TRY IT
Restate word for word the lines of the entries below, starting with the line that holds "f 209 206 263" and ending with the line that holds "f 220 187 188", and no others.
═══ RECORDS TO USE ═══
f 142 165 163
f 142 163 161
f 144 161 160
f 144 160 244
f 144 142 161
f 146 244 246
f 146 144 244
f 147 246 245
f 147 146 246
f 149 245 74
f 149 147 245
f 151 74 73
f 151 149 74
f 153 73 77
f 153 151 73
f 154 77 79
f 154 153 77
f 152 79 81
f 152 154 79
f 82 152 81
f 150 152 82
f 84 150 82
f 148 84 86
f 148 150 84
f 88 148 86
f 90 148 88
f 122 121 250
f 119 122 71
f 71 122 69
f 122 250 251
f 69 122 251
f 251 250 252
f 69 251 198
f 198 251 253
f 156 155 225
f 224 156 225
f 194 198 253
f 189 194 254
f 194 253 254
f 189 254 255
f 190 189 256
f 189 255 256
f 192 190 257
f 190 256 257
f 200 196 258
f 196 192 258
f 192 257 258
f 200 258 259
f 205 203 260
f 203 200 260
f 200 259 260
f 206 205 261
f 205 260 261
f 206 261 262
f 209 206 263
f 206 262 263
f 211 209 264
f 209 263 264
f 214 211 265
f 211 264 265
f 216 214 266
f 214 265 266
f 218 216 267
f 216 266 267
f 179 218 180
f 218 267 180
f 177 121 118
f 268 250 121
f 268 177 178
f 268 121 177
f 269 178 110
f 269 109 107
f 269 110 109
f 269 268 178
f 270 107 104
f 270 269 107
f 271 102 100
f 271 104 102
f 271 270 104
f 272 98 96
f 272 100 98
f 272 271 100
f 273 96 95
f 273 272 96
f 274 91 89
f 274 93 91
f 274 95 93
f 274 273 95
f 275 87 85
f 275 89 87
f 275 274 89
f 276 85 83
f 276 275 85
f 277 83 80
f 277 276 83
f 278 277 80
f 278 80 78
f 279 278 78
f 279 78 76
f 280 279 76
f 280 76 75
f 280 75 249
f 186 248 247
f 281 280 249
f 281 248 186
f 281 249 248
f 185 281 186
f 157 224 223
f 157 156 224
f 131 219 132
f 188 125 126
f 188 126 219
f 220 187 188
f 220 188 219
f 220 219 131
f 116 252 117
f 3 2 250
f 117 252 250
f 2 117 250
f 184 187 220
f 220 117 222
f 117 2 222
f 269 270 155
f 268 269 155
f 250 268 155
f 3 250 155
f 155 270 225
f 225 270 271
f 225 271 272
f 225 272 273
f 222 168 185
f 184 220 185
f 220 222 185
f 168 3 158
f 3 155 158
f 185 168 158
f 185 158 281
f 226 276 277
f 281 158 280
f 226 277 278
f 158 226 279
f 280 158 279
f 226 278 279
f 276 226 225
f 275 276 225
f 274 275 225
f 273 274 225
═══
═══ RECORDS TO USE ═══
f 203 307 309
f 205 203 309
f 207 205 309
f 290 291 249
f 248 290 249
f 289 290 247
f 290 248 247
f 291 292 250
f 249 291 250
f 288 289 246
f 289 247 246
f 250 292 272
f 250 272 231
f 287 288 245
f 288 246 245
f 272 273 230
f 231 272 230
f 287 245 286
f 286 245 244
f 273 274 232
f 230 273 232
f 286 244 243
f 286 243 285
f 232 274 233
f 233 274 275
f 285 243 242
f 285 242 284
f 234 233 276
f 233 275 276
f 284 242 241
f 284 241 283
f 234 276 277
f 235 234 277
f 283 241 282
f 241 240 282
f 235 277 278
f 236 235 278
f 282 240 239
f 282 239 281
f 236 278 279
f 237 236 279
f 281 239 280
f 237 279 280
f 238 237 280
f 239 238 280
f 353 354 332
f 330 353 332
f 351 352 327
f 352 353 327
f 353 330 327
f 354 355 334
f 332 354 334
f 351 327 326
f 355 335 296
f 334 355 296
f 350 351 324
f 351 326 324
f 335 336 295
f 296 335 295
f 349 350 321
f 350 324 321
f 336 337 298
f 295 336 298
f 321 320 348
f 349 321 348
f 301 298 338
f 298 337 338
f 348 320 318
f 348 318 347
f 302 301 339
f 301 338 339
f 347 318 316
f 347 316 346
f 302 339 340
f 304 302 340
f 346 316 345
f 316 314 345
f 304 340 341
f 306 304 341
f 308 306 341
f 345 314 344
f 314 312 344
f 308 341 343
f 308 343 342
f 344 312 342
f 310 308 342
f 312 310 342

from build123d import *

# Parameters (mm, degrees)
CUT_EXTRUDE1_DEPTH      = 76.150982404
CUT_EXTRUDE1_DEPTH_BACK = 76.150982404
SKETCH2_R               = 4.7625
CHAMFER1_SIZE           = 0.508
═══
RESULT OF THE EXERCISE
f 209 206 263
f 206 262 263
f 211 209 264
f 209 263 264
f 214 211 265
f 211 264 265
f 216 214 266
f 214 265 266
f 218 216 267
f 216 266 267
f 179 218 180
f 218 267 180
f 177 121 118
f 268 250 121
f 268 177 178
f 268 121 177
f 269 178 110
f 269 109 107
f 269 110 109
f 269 268 178
f 270 107 104
f 270 269 107
f 271 102 100
f 271 104 102
f 271 270 104
f 272 98 96
f 272 100 98
f 272 271 100
f 273 96 95
f 273 272 96
f 274 91 89
f 274 93 91
f 274 95 93
f 274 273 95
f 275 87 85
f 275 89 87
f 275 274 89
f 276 85 83
f 276 275 85
f 277 83 80
f 277 276 83
f 278 277 80
f 278 80 78
f 279 278 78
f 279 78 76
f 280 279 76
f 280 76 75
f 280 75 249
f 186 248 247
f 281 280 249
f 281 248 186
f 281 249 248
f 185 281 186
f 157 224 223
f 157 156 224
f 131 219 132
f 188 125 126
f 188 126 219
f 220 187 188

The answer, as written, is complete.